90年代のブリット・ポップや、USオルタナティヴロックを踏襲した上で、ローファイやヒップホップのイディオムを的確に踏まえ、「Gun You Hold」では新鮮味のあるサウンドを作り出している。静かなアルトフォークサウンドから、ロック的な轟音のサビ/コーラスが対比されるという点ではやはり、Bar Italiaに近い性質をもった楽曲と言える部分もあるかもしれない。これらはまだ最終的な形になったとまでは言えないが、曲の後半ではじんわりとした感覚をもたらす。


鐘の音のイントロで始まる「Passionate Nun」もセンス抜群のサウンドである。以前として全体的には、ボーカルの節回しを見るかぎり、ブリット・ポップからの影響が色濃いように思えるが、その中で最もユニークな性質がサビ/コーラスの箇所で登場する。これはアトランタのサウンドなのか、それとも、このトリオの持つスペシャリティなのか、よくわからないので、面白い。続く「Halogen」は、ドリーム・ポップ/シューゲイズの楽曲で、現在のインディーズロックの主流のスタイルに準じている。
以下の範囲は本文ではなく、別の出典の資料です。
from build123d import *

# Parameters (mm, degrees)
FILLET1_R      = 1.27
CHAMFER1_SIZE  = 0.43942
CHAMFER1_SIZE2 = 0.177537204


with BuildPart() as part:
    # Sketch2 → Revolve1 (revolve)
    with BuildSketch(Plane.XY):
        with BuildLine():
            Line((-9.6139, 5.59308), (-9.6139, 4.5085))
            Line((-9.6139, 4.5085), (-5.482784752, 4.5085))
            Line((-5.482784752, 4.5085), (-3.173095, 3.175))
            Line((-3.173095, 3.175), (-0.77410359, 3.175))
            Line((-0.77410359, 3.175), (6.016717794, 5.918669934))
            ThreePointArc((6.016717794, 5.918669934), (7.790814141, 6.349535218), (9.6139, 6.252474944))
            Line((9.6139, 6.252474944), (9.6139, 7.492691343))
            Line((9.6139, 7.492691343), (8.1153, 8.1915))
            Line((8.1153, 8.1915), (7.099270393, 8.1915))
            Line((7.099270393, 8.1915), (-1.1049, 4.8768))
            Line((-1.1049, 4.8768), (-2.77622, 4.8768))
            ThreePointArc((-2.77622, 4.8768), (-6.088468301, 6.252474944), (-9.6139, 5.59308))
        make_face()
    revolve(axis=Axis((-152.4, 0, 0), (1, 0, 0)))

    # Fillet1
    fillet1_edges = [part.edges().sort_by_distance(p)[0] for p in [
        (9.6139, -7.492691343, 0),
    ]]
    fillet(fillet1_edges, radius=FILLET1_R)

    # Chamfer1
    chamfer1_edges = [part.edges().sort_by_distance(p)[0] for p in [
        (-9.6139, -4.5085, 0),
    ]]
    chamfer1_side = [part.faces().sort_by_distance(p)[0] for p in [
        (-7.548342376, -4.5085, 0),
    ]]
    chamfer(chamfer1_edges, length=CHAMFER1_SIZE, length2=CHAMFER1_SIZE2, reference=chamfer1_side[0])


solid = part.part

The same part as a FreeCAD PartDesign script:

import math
import FreeCAD as App
import Part
import Sketcher

V = App.Vector
Q = App.Units.Quantity


def edges_at(feature, points):
    """Names of the edges that pass closest to the given points."""
    edges = feature.Shape.Edges
    near = lambda p: min(range(len(edges)), key=lambda i: edges[i].distToShape(Part.Vertex(*p))[0])
    return sorted({f"Edge{near(p) + 1}" for p in points})

doc = App.newDocument("Part")
body = doc.addObject("PartDesign::Body", "Body")

# Sketch on XY plane
sketch1 = body.newObject("Sketcher::SketchObject", "Sketch")
sketch1.AttachmentSupport = (doc.getObject("XY_Plane"), [""])
sketch1.MapMode = "FlatFace"
sketch1.addGeometry([
    Part.LineSegment(V(-9.6139, 5.59308, 0), V(-9.6139, 4.5085, 0)),  # 0
    Part.LineSegment(V(-9.6139, 4.5085, 0), V(-5.482785, 4.5085, 0)),  # 1
    Part.LineSegment(V(-5.482785, 4.5085, 0), V(-3.173095, 3.175, 0)),  # 2
    Part.LineSegment(V(-3.173095, 3.175, 0), V(-0.774104, 3.175, 0)),  # 3
    Part.LineSegment(V(-0.774104, 3.175, 0), V(6.016718, 5.91867, 0)),  # 4
    Part.ArcOfCircle(Part.Circle(V(8.371682, 0.089929, 0), V(0, 0, 1), 6.2865), math.radians(78.603301), math.radians(112)),  # 5
    Part.LineSegment(V(9.6139, 6.252475, 0), V(9.6139, 7.492691, 0)),  # 6
    Part.LineSegment(V(9.6139, 7.492691, 0), V(8.1153, 8.1915, 0)),  # 7
    Part.LineSegment(V(8.1153, 8.1915, 0), V(7.09927, 8.1915, 0)),  # 8
    Part.LineSegment(V(7.09927, 8.1915, 0), V(-1.1049, 4.8768, 0)),  # 9
    Part.LineSegment(V(-1.1049, 4.8768, 0), V(-2.77622, 4.8768, 0)),  # 10
    Part.ArcOfCircle(Part.Circle(V(-6.743426, 0.000186, 0), V(0, 0, 1), 6.2865), math.radians(50.871077), math.radians(117.168526)),  # 11
], False)
sketch1.addConstraint([
    Sketcher.Constraint("Coincident", 0, 2, 1, 1),
    Sketcher.Constraint("Coincident", 1, 2, 2, 1),
    Sketcher.Constraint("Coincident", 2, 2, 3, 1),
    Sketcher.Constraint("Coincident", 3, 2, 4, 1),
    Sketcher.Constraint("Tangent", 4, 2, 5, 2),
    Sketcher.Constraint("Coincident", 5, 1, 6, 1),
    Sketcher.Constraint("Coincident", 6, 2, 7, 1),
    Sketcher.Constraint("Coincident", 7, 2, 8, 1),
    Sketcher.Constraint("Coincident", 8, 2, 9, 1),
    Sketcher.Constraint("Coincident", 9, 2, 10, 1),
    Sketcher.Constraint("Coincident", 10, 2, 11, 1),
    Sketcher.Constraint("Coincident", 11, 2, 0, 1),
    Sketcher.Constraint("Vertical", 0),
    Sketcher.Constraint("Horizontal", 1),
    Sketcher.Constraint("Horizontal", 3),
    Sketcher.Constraint("Vertical", 6),
    Sketcher.Constraint("Horizontal", 8),
    Sketcher.Constraint("Horizontal", 10),
    Sketcher.Constraint("Equal", 5, 11),
    Sketcher.Constraint("Parallel", 4, 9),
    Sketcher.Constraint("Angle", 2, Q("-30 deg")),
    Sketcher.Constraint("Angle", 4, Q("22 deg")),
    Sketcher.Constraint("Angle", 7, Q("155 deg")),
    Sketcher.Constraint("Radius", 5, Q("0.2475 in")),
    Sketcher.Constraint("Distance", 2, Q("0.105 in")),
    Sketcher.Constraint("DistanceX", 10, 2, 10, 1, Q("0.0658 in")),
    Sketcher.Constraint("DistanceY", 0, 2, 0, 1, Q("0.0427 in")),
    Sketcher.Constraint("DistanceY", -1, 1, 2, 2, Q("0.125 in")),
    Sketcher.Constraint("DistanceY", -1, 1, 9, 2, Q("0.192 in")),
    Sketcher.Constraint("DistanceX", 7, 2, 6, 2, Q("0.059 in")),
    Sketcher.Constraint("DistanceX", 2, 2, 10, 2, Q("0.015625 in")),
    Sketcher.Constraint("DistanceX", 0, 2, -1, 1, Q("0.3785 in")),
    Sketcher.Constraint("DistanceX", -1, 1, 5, 1, Q("0.3785 in")),
    Sketcher.Constraint("DistanceY", -1, 1, 7, 2, Q("0.3225 in")),
    Sketcher.Constraint("DistanceX", 9, 2, -1, 1, Q("0.0435 in")),
    Sketcher.Constraint("DistanceX", 3, 1, 3, 2, Q("2.398991 mm")),
    Sketcher.Constraint("DistanceY", 6, 1, 6, 2, Q("1.240216 mm")),
])
revolution = body.newObject("PartDesign::Revolution", "Revolution")
revolution.Profile = sketch1
revolution.ReferenceAxis = (sketch1, ["H_Axis"])
revolution.Angle = 360
doc.recompute()

fillet = body.newObject("PartDesign::Fillet", "Fillet")
fillet.Base = (revolution, edges_at(revolution, [(9.614, -7.493, 0)]))
fillet.Radius = Q("0.05 in")
doc.recompute()

chamfer = body.newObject("PartDesign::Chamfer", "Chamfer")
chamfer.Base = (fillet, edges_at(fillet, [(-9.614, -4.508, 0)]))
chamfer.ChamferType = "Two distances"
chamfer.Size = Q("0.0173 in")
chamfer.Size2 = 0.177537

doc.recompute()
その中で、スコットランドのネオ・アコースティックやシアトルのグランジの要素を織り交ぜながら、Sword Ⅱとしての唯一無二のサウンドを探求している。

 

今後、どのようなバンドになるのか読めないという点で、Sword Ⅱに大きな期待を感じる。アルバムの後半ではほとんどジャンルを度外視し、冒険に満ちたサウンドを追求している。「Violence of the Star」では、Let's Eat Gramma、MUNAのような甘口のポップサウンドを提示しているが、その後は、まったく予想がつかず、そして展開が読めない。藪から蛇といった感じだ。


「Who's Giving Your Love」では、荒削りな感じのあるガレージロックをベースにした高速パンクチューンを制作している。また、アルバムのクローズ「Even if it's Just a Dream」ではアルバムの序盤や中盤に見出されるブリット・ポップを中心としたバラード風のインディーロックソングへと舞い戻る。このアルバムの全体に通底するバラエティ性こそ、このバンドの最大の魅力であるとともに、USインディーロック特有の性質でもある。今後のトリオの活躍にも注目したい。